*** The records ***
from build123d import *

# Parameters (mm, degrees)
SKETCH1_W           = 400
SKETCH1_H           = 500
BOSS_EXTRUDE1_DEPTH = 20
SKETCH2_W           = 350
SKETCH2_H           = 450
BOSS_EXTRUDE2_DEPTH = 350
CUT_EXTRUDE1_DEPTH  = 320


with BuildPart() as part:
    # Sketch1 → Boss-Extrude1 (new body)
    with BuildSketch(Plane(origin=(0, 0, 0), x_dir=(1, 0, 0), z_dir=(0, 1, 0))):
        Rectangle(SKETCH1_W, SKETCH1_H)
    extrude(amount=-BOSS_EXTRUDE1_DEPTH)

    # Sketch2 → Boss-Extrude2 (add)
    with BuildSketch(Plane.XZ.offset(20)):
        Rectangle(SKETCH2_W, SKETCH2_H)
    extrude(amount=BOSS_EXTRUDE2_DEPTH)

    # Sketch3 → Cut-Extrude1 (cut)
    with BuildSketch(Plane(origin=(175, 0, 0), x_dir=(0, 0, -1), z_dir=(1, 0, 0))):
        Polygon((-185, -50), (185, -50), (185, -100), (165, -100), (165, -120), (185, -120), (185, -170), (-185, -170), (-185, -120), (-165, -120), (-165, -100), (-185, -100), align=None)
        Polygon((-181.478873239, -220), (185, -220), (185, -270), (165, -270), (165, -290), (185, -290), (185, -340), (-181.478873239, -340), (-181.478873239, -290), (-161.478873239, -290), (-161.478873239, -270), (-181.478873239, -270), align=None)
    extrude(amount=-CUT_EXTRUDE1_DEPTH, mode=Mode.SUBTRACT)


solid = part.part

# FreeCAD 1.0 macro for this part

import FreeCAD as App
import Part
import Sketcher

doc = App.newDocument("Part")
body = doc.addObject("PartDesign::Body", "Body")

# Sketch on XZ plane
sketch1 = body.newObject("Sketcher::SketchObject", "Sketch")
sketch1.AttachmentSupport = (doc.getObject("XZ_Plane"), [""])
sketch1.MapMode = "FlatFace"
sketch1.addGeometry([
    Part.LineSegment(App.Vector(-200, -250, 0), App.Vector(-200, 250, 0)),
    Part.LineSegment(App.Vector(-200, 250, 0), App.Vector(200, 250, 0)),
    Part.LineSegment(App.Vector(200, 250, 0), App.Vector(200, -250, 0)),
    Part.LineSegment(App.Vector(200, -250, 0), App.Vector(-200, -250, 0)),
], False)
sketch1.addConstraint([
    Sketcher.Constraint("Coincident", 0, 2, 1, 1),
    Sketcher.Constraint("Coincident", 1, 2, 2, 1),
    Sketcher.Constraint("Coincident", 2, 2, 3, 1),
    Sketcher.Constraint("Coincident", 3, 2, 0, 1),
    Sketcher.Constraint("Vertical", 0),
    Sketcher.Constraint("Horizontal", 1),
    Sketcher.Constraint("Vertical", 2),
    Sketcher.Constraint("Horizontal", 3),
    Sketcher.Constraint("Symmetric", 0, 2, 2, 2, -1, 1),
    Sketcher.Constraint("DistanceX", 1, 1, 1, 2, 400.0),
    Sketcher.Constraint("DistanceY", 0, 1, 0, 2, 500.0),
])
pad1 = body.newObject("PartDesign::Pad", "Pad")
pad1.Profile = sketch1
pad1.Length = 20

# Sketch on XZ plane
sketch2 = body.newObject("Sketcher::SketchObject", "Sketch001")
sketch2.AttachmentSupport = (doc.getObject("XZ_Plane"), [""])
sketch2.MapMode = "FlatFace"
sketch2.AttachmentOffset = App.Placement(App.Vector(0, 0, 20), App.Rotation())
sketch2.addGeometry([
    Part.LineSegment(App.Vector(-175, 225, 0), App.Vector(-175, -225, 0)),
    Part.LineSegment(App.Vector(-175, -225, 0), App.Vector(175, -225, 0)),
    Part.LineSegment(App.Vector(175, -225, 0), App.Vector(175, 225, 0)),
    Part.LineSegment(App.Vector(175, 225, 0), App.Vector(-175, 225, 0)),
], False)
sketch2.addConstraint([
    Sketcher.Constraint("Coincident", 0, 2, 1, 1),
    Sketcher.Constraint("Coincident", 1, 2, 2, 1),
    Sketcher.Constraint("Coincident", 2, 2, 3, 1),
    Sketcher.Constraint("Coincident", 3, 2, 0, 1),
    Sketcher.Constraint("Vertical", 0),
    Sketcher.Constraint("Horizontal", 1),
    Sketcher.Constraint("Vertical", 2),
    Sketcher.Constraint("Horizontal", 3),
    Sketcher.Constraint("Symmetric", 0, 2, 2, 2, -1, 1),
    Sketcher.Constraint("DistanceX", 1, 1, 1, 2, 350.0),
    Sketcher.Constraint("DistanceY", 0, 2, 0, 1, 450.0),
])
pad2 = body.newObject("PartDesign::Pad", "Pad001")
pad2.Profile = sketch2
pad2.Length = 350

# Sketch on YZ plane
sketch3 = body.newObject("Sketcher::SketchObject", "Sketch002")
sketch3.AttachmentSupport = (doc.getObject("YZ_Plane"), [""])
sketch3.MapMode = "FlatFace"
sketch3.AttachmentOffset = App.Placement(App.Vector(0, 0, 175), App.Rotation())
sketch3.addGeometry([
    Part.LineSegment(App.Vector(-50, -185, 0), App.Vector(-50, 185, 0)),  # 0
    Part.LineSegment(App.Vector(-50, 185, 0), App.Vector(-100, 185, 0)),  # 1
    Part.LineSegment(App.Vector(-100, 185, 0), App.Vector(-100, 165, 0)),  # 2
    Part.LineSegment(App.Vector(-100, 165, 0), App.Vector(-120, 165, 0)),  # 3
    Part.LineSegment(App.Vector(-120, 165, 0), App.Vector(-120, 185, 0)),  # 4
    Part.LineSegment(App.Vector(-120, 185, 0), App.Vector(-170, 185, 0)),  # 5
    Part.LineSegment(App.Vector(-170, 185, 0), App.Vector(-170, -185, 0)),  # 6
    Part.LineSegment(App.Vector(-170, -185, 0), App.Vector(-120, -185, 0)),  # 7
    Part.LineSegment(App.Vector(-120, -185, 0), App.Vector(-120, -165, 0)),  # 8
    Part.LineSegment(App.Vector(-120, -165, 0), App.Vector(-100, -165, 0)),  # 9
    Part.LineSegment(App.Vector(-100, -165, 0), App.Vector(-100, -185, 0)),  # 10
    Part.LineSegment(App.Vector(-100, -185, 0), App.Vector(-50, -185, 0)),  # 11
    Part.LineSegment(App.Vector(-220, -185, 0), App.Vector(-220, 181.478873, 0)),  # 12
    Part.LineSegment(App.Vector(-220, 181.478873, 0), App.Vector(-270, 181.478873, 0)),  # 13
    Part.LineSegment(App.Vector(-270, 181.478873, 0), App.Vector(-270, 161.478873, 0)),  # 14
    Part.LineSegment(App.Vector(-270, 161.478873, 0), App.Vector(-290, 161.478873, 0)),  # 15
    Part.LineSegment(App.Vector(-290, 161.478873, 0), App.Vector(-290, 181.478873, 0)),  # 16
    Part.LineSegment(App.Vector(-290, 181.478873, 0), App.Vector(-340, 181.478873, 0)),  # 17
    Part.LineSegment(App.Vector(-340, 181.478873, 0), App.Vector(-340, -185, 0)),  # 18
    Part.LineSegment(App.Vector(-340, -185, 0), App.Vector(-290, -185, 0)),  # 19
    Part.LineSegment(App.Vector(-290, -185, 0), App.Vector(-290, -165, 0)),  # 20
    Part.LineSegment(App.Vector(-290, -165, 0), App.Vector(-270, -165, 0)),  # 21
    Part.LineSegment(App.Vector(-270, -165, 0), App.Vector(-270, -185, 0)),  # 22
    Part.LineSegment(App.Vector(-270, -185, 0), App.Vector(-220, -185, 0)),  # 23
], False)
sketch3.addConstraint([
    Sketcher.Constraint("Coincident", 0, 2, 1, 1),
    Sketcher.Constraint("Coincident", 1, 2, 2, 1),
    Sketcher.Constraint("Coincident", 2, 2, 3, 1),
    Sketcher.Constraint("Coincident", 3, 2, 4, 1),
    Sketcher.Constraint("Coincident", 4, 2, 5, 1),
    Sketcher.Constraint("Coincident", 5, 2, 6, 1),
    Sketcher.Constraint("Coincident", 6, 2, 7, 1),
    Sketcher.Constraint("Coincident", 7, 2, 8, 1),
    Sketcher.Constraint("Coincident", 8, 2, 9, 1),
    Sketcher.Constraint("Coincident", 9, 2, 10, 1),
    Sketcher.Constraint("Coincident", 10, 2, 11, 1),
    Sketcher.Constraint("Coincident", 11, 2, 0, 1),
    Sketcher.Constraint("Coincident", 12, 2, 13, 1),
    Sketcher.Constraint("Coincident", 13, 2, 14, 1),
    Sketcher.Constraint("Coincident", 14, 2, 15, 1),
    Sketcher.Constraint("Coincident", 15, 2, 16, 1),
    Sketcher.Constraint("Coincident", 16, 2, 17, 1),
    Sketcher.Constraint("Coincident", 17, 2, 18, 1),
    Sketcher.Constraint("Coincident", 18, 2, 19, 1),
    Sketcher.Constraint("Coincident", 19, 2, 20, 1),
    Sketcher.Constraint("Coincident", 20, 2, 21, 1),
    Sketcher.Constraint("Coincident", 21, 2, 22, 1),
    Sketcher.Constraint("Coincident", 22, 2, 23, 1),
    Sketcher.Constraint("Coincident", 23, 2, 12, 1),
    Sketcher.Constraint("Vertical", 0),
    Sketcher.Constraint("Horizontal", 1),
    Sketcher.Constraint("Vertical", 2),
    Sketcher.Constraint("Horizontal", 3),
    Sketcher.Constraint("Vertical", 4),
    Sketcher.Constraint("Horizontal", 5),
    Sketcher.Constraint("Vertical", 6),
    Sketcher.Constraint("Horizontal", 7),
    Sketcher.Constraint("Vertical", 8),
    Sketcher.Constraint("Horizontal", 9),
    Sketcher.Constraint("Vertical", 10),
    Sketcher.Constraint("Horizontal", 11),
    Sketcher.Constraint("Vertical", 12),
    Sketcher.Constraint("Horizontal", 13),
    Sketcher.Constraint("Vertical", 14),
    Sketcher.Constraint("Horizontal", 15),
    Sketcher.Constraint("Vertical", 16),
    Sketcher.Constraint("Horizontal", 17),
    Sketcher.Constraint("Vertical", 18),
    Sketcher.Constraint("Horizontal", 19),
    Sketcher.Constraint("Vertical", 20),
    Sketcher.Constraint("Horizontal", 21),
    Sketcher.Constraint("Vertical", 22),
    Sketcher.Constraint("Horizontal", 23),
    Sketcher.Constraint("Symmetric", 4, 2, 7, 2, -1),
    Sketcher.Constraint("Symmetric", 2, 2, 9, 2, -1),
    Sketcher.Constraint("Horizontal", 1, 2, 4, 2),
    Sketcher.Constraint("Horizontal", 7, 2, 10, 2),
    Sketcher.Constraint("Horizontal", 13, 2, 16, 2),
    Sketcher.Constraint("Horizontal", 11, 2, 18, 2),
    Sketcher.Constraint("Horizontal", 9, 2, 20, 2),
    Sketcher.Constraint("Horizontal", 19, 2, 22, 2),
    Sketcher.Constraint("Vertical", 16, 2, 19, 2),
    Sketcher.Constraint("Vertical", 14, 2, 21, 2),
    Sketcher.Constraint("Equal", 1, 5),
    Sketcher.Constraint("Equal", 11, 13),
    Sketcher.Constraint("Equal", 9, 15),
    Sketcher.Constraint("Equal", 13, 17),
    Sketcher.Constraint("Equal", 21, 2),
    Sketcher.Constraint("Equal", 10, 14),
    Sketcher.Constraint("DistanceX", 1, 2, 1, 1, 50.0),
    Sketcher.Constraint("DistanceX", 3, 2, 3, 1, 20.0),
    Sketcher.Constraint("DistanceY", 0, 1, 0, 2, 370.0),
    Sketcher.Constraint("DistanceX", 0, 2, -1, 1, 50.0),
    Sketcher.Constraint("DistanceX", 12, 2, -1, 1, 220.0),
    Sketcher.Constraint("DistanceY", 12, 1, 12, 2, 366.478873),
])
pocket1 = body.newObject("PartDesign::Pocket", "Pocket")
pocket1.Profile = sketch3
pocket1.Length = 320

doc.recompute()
*** End of The records ***
*** The records ***
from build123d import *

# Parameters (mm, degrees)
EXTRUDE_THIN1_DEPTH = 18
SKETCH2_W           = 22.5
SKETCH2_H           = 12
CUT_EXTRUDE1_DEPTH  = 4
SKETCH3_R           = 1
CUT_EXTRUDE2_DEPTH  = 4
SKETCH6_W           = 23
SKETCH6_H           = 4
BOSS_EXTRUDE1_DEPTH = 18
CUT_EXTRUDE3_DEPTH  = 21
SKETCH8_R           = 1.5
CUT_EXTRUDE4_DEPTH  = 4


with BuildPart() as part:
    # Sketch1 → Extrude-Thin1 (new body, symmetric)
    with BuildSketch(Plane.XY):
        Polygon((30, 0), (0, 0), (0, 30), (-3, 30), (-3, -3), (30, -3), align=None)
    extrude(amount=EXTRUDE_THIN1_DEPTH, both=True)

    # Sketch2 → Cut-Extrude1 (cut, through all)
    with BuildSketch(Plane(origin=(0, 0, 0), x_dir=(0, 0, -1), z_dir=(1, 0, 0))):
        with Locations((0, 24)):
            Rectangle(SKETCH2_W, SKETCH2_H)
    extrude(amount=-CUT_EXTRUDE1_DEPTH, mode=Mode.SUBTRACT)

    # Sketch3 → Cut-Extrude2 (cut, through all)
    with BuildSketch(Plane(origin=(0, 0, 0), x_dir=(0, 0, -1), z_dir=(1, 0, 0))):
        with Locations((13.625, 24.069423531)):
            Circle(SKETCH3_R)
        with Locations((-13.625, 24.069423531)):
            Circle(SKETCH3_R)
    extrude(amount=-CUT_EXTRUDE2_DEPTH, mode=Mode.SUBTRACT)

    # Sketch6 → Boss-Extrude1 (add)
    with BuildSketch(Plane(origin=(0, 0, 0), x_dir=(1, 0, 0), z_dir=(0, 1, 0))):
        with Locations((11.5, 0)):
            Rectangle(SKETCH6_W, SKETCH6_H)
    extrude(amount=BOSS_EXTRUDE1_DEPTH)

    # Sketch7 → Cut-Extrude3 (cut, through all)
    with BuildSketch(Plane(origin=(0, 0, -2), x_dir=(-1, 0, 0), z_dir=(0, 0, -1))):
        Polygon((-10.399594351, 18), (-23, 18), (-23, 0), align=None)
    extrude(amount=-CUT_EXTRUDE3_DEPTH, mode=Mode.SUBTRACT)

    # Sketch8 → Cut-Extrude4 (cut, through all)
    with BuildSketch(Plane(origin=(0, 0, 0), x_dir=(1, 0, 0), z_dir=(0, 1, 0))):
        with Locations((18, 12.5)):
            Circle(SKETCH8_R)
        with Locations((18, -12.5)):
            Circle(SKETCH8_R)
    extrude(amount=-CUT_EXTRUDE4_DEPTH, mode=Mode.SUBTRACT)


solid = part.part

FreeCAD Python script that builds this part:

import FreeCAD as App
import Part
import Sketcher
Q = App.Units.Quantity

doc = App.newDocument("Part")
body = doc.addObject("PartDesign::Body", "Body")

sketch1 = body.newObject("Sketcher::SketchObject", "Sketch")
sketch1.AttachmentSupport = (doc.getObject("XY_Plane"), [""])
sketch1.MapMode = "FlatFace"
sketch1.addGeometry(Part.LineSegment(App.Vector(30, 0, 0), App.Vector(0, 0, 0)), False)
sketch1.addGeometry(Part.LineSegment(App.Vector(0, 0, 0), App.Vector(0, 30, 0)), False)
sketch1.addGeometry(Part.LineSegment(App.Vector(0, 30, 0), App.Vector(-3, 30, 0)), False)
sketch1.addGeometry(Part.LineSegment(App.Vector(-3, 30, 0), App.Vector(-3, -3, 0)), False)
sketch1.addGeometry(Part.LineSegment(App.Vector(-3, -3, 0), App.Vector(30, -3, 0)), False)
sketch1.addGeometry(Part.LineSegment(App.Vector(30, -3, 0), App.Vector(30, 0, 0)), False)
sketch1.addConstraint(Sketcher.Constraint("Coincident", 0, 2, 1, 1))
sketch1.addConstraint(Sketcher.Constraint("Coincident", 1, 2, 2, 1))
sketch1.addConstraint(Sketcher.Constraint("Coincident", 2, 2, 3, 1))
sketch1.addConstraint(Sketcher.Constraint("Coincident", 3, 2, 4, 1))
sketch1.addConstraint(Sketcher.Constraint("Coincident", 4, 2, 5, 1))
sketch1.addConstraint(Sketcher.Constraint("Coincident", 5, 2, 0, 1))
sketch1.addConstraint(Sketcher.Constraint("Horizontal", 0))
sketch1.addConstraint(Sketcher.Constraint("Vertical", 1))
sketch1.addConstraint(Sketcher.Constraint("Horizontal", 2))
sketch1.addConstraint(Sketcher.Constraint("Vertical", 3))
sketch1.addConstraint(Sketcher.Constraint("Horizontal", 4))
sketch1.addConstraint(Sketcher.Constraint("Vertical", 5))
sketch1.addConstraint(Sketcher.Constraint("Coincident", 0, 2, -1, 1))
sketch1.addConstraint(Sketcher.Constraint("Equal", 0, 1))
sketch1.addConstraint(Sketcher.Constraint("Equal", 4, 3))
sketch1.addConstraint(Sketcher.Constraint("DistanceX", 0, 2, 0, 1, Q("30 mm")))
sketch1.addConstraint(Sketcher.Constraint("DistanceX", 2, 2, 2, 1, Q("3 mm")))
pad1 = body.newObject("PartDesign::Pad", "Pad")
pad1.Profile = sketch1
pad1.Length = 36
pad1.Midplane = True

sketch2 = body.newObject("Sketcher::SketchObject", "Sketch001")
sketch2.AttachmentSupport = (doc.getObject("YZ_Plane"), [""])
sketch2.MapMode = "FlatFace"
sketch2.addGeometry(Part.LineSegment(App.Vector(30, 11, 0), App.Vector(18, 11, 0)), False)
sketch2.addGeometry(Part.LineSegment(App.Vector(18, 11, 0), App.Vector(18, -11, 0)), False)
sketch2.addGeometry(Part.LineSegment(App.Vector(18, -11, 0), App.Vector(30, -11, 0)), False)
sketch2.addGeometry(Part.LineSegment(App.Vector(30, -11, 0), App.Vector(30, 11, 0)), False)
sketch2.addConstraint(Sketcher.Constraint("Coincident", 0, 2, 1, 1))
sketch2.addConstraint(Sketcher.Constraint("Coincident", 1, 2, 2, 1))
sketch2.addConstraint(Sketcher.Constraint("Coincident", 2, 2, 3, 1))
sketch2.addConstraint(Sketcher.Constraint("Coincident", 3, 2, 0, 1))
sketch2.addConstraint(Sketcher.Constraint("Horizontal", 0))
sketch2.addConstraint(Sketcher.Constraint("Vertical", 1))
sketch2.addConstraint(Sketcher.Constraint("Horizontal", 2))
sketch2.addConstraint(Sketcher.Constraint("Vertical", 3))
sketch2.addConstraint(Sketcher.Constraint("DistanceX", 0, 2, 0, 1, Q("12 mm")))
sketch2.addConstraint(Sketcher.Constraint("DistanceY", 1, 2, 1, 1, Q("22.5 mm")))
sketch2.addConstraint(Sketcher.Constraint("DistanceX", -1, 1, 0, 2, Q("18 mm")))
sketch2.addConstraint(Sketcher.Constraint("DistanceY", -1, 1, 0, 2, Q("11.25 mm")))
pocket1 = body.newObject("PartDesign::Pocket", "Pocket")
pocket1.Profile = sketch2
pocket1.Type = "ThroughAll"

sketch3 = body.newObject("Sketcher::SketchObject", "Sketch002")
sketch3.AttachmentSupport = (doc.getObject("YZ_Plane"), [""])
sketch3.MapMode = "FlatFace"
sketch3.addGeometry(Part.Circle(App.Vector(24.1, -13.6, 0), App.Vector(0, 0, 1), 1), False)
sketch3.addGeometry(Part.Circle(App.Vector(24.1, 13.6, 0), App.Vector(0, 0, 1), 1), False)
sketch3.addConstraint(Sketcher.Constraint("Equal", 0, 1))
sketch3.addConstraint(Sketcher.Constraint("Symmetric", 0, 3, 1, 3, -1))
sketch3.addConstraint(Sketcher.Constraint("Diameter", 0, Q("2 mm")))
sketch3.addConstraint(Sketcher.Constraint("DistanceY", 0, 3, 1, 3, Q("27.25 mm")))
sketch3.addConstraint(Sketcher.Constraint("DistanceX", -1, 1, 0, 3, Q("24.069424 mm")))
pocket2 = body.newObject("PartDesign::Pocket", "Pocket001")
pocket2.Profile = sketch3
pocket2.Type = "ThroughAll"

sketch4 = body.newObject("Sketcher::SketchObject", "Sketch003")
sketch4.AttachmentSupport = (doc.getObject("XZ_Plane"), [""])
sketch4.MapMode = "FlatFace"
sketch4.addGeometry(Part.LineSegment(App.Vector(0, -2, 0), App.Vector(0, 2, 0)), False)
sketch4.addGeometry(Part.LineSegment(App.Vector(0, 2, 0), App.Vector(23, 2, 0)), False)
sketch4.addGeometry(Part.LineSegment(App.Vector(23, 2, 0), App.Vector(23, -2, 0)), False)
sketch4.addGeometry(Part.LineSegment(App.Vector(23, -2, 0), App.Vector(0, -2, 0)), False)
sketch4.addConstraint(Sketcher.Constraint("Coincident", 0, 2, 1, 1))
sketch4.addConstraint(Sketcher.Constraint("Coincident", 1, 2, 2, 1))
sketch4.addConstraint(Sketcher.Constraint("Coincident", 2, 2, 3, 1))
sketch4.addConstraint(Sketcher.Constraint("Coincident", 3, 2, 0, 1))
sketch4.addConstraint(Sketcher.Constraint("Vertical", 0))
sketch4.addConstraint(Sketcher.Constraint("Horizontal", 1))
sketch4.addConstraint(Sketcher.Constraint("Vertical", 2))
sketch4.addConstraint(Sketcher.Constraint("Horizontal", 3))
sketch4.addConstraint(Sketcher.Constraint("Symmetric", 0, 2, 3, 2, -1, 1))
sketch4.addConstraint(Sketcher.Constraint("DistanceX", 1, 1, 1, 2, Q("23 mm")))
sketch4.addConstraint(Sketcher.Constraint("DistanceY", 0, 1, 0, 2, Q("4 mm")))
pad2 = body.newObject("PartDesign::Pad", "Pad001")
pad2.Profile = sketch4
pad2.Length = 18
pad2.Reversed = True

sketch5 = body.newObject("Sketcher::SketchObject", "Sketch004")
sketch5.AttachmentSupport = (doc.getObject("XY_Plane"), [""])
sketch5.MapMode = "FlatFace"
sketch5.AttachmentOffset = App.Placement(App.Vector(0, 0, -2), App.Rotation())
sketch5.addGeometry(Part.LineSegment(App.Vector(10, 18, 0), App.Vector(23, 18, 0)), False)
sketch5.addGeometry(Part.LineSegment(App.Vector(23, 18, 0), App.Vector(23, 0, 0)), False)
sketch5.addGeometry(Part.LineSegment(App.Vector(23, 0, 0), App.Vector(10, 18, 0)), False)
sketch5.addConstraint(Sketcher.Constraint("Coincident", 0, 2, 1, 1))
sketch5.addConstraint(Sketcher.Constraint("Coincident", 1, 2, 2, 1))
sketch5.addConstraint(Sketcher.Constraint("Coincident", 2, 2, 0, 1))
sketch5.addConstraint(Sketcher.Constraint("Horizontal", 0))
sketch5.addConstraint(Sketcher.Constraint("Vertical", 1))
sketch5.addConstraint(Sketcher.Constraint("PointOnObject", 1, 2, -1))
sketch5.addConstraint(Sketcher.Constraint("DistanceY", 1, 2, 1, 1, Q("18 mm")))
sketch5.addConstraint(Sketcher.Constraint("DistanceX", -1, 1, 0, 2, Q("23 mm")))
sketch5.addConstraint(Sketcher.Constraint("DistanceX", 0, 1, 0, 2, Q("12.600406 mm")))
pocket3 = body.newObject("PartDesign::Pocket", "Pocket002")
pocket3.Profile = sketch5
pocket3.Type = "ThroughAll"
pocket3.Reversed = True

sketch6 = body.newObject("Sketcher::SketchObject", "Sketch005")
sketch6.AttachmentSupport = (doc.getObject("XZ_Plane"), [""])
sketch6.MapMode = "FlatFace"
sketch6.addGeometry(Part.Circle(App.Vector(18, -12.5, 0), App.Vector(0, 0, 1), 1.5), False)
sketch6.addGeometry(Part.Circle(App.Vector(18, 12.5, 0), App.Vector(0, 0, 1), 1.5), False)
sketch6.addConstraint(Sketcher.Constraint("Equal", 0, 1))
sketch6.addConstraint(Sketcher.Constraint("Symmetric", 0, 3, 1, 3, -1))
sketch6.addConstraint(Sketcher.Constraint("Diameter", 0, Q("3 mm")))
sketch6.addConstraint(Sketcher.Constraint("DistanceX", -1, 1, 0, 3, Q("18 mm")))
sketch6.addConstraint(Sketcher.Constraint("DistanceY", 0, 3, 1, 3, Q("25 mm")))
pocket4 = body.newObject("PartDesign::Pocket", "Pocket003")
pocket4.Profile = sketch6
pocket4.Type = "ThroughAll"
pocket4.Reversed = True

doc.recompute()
*** End of The records ***
Exercise:
Among the records above, only the lines between the line holding "Rectangle(SKETCH6_W, SKETCH6_H)" and the line holding "Polygon((-10.399594351, 18), (-23, 18), (-23, 0), align=None)", inclusive, are to be output, exactly as written.

Output for this task:
            Rectangle(SKETCH6_W, SKETCH6_H)
    extrude(amount=BOSS_EXTRUDE1_DEPTH)

    # Sketch7 → Cut-Extrude3 (cut, through all)
    with BuildSketch(Plane(origin=(0, 0, -2), x_dir=(-1, 0, 0), z_dir=(0, 0, -1))):
        Polygon((-10.399594351, 18), (-23, 18), (-23, 0), align=None)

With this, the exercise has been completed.